Миланская роза - Модиньяни Ева. Страница 49
Рассказывая, Клементе энергично расправлялся с запеканкой.
— Надо тебе учить язык, — посоветовала Роза.
— Выучу! — со вздохом пообещал Клементе. — Я уже кое-что понимаю, а там посмотрим…
— Хочешь, я тебя поучу?
— Нет, у вас и так столько дел, не надо обо мне беспокоиться.
У Клементе не было ни друзей, ни увлечений, в кино он не ходил никогда и всю недельную зарплату целиком отдавал Розе, распоряжавшейся семейным бюджетом. Впрочем, так же поступал и Пьер Луиджи.
Тарелка Клементе опустела.
— Хочешь еще? — предложила Роза.
Он покраснел и сказал неправду:
— Нет, спасибо, я сыт.
— Ну еще чуть-чуть!
И Роза добавила запеканки.
Клементе всегда ужинал в одиночестве. Так решила Роза. Пьер Луиджи возвращался очень поздно, и ей не хотелось, чтобы голодный Клементе дожидался брата. Сама она ужинала вместе с Пьером Луиджи.
— Спасибо, синьорина Роза, — поблагодарил юноша.
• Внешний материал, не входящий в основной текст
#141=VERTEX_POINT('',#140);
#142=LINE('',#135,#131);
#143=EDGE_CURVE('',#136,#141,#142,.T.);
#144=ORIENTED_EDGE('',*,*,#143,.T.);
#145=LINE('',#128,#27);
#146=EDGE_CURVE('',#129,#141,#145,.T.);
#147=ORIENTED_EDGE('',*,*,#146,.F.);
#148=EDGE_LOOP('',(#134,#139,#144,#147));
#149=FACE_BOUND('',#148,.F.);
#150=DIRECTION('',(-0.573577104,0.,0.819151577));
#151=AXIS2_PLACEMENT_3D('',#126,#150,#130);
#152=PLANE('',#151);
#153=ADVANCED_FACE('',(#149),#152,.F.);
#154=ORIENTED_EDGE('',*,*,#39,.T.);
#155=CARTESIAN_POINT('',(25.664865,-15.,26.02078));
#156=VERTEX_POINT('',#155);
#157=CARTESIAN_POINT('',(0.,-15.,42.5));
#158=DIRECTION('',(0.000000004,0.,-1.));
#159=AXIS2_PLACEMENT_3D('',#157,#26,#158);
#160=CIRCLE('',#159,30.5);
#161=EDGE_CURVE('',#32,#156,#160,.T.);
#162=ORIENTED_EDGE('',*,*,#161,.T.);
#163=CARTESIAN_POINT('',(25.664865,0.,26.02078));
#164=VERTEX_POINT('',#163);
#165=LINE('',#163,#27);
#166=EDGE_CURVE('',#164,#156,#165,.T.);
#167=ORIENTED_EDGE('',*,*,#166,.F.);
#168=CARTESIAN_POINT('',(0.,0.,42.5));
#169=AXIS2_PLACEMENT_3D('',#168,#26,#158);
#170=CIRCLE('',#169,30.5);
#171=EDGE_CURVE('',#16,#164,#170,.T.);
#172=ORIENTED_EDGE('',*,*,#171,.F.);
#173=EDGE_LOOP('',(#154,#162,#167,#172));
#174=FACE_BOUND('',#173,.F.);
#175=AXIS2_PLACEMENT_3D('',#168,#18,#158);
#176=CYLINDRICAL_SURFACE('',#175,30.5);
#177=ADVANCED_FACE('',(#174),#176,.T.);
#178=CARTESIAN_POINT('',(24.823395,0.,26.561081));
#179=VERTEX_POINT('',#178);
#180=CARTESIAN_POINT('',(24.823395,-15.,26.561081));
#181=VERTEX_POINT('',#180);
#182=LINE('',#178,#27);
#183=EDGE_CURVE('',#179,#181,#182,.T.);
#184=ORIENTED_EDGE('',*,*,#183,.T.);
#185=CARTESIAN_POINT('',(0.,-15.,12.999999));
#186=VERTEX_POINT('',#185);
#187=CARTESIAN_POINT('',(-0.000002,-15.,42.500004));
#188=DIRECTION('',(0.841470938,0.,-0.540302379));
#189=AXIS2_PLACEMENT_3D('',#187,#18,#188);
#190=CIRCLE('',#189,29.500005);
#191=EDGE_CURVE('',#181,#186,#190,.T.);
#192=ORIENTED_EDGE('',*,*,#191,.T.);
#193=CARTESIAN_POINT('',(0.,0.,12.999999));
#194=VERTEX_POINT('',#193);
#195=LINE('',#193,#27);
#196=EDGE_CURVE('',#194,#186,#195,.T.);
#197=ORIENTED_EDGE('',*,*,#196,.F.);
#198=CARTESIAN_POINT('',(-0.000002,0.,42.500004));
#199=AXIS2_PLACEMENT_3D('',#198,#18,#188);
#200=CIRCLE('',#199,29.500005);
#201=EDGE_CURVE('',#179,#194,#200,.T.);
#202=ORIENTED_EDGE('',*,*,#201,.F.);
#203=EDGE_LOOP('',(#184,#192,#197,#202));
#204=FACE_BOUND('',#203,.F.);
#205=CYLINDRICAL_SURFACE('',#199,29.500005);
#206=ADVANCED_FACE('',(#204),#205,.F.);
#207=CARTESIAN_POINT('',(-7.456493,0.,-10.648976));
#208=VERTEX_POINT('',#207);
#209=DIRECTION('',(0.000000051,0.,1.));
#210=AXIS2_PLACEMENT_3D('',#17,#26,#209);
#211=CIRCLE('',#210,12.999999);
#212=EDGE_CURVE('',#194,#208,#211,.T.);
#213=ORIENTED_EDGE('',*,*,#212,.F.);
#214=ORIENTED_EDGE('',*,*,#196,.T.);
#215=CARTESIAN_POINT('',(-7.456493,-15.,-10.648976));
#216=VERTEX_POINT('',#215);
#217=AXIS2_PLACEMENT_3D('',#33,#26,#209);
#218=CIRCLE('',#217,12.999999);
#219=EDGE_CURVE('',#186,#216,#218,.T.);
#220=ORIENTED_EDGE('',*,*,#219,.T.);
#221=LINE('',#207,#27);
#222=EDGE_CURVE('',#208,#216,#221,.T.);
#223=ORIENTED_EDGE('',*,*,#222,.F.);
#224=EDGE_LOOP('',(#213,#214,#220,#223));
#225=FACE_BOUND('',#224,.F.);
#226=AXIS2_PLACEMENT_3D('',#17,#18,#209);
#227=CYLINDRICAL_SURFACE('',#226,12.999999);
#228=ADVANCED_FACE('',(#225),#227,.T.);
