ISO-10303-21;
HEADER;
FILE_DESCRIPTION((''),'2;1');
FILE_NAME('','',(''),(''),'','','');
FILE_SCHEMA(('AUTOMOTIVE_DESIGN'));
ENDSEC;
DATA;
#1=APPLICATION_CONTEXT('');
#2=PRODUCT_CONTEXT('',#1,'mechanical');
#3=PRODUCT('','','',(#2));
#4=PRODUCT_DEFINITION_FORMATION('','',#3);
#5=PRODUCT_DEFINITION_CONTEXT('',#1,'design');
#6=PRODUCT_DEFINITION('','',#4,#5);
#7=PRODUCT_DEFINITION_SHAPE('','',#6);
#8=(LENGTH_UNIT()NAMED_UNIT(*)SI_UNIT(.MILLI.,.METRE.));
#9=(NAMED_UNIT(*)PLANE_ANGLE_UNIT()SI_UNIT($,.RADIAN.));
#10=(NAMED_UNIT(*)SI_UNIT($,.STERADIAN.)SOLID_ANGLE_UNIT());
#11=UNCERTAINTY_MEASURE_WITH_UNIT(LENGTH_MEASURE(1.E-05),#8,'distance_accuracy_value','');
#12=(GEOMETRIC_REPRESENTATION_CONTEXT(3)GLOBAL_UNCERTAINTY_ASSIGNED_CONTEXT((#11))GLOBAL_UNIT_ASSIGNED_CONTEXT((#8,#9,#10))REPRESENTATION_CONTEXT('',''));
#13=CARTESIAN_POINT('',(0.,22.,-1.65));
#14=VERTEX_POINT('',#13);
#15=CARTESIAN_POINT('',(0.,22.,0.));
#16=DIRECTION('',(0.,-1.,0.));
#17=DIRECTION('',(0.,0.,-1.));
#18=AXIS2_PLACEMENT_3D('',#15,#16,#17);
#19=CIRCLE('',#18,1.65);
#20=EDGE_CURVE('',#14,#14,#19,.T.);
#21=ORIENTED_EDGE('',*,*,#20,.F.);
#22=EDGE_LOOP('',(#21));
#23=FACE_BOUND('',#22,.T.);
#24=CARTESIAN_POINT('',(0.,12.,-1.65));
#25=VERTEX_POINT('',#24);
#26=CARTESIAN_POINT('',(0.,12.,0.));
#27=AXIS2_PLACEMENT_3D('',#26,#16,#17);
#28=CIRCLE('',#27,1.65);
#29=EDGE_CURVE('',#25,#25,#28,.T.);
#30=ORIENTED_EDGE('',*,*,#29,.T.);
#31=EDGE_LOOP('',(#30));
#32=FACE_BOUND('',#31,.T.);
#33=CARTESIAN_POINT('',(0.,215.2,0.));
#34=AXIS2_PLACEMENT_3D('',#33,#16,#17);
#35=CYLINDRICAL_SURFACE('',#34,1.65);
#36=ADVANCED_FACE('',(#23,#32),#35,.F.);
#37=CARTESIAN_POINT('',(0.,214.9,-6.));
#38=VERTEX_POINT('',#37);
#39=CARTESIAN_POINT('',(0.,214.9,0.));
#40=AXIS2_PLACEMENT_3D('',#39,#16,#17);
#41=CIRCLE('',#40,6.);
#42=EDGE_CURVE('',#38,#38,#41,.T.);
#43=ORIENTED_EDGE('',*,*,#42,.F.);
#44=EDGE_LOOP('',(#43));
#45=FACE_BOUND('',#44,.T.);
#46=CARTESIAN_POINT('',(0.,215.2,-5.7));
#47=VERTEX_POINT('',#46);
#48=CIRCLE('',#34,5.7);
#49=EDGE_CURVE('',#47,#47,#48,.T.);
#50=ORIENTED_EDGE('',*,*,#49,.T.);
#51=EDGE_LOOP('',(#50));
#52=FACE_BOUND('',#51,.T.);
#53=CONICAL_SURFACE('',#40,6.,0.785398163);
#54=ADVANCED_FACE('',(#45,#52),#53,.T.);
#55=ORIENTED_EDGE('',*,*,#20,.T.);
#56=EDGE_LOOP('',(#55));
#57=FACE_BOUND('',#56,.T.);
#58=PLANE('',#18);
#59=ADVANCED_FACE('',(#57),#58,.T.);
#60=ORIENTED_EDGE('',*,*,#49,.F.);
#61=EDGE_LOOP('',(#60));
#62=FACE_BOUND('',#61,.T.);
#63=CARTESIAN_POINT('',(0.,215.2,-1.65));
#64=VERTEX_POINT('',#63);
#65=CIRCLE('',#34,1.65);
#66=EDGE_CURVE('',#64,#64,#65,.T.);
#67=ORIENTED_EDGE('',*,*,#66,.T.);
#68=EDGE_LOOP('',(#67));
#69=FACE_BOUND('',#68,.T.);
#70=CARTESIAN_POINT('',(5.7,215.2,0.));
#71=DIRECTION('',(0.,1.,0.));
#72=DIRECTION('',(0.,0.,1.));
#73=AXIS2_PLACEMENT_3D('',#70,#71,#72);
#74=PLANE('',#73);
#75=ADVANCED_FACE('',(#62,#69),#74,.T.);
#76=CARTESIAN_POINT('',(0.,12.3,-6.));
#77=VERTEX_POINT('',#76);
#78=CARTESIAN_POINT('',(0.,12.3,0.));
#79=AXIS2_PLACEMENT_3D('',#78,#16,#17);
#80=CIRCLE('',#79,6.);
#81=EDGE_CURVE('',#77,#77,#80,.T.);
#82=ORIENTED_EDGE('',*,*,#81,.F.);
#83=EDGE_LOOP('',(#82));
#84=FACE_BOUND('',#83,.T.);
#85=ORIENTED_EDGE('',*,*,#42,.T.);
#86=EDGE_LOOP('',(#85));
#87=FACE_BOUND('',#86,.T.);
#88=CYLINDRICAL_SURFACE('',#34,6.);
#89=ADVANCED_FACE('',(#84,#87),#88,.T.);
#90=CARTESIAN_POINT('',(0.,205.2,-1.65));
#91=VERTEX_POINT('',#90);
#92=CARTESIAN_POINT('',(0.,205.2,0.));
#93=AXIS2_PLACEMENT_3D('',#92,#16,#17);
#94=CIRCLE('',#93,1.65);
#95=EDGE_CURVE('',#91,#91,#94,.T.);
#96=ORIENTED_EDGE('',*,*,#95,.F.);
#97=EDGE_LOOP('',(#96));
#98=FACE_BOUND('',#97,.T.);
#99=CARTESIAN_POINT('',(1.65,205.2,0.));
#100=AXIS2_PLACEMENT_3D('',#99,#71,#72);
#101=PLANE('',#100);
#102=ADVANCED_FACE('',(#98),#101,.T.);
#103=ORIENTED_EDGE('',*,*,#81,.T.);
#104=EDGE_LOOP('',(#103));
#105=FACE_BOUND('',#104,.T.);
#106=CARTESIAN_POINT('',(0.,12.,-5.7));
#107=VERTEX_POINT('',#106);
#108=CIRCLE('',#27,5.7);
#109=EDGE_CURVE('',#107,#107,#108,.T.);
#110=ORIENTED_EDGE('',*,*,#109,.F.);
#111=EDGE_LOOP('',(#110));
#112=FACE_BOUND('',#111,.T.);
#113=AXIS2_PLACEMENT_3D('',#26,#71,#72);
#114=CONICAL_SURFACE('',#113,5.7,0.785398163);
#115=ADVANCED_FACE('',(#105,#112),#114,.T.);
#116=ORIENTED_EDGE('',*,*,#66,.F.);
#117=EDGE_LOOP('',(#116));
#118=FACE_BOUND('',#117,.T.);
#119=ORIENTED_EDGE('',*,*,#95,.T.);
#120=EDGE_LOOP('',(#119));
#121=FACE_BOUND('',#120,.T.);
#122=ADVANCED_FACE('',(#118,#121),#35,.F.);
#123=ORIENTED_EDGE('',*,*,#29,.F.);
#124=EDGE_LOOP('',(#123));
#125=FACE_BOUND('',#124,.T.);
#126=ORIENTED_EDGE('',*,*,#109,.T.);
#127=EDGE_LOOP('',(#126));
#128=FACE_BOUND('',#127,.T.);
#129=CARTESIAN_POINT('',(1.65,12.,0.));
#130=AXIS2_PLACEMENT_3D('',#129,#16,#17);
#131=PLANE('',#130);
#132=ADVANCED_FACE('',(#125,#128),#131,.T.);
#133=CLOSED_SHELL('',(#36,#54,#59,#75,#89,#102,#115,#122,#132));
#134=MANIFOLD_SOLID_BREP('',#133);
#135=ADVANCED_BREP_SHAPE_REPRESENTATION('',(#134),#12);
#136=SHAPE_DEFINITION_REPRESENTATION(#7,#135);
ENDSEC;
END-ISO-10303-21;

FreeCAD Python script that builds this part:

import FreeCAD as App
import Part
import Sketcher
Q = App.Units.Quantity


def add_polygon(sketch, points):
    """Adds a closed chain of lines whose ends are joined by coincident constraints."""
    first, n = sketch.GeometryCount, len(points)
    for a, b in zip(points, points[1:] + points[:1]):
        sketch.addGeometry(Part.LineSegment(App.Vector(*a, 0), App.Vector(*b, 0)), False)
    for i in range(n):
        sketch.addConstraint(Sketcher.Constraint("Coincident", first + i, 2, first + (i + 1) % n, 1))

doc = App.newDocument("Part")
body = doc.addObject("PartDesign::Body", "Body")

# Sketch on XY plane
sketch1 = body.newObject("Sketcher::SketchObject", "Sketch")
sketch1.AttachmentSupport = (doc.getObject("XY_Plane"), [""])
sketch1.MapMode = "FlatFace"
add_polygon(sketch1, [(1.65, 205.2), (0, 205.2), (0, 22), (1.65, 22), (1.65, 12), (5.7, 12), (6, 12.3), (6, 214.9), (5.7, 215.2), (1.65, 215.2)])  # lines 0-9
sketch1.addConstraint(Sketcher.Constraint("Horizontal", 0))
sketch1.addConstraint(Sketcher.Constraint("Vertical", 1))
sketch1.addConstraint(Sketcher.Constraint("Horizontal", 2))
sketch1.addConstraint(Sketcher.Constraint("Vertical", 3))
sketch1.addConstraint(Sketcher.Constraint("Horizontal", 4))
sketch1.addConstraint(Sketcher.Constraint("Vertical", 6))
sketch1.addConstraint(Sketcher.Constraint("Horizontal", 8))
sketch1.addConstraint(Sketcher.Constraint("Vertical", 9))
sketch1.addConstraint(Sketcher.Constraint("PointOnObject", 0, 2, -2))
sketch1.addConstraint(Sketcher.Constraint("Perpendicular", 5, 7))
sketch1.addConstraint(Sketcher.Constraint("Vertical", 4, 2, 7, 2))
sketch1.addConstraint(Sketcher.Constraint("Vertical", 3, 2, 8, 2))
sketch1.addConstraint(Sketcher.Constraint("Equal", 3, 9))
sketch1.addConstraint(Sketcher.Constraint("Equal", 5, 7))
sketch1.addConstraint(Sketcher.Constraint("DistanceY", 3, 2, 3, 1, Q("10 mm")))
sketch1.addConstraint(Sketcher.Constraint("DistanceY", 1, 2, 1, 1, Q("183.2 mm")))
sketch1.addConstraint(Sketcher.Constraint("DistanceY", 6, 1, 6, 2, Q("202.6 mm")))
sketch1.addConstraint(Sketcher.Constraint("DistanceY", -1, 1, 1, 2, Q("22 mm")))
sketch1.addConstraint(Sketcher.Constraint("DistanceX", -1, 1, 5, 2, Q("6 mm")))
sketch1.addConstraint(Sketcher.Constraint("DistanceX", 0, 2, 0, 1, Q("1.65 mm")))
revolution = body.newObject("PartDesign::Revolution", "Revolution")
revolution.Profile = sketch1
revolution.ReferenceAxis = (sketch1, ["V_Axis"])
revolution.Angle = 360

doc.recompute()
— Пожалуйста, синьор Клементе, — пошутила Роза.
Она неоднократно пыталась заставить его обращаться с ней как с равной, но ничего не получалось.
— Не надо смеяться надо мной, — заметил Клементе, продолжая жевать.
Со двора, с лестницы и с улицы доносились крики и детский плач. Орали женщины, сзывая к ужину семьи. Чей-то звучный голос с явным неаполитанским акцентом пел грустную песню. В соседней квартире громко ссорились супруги.
— Трудно привыкнуть, правда, синьорина Роза? — не выдержал Клементе. — У нас было не так, — ностальгически заметил он.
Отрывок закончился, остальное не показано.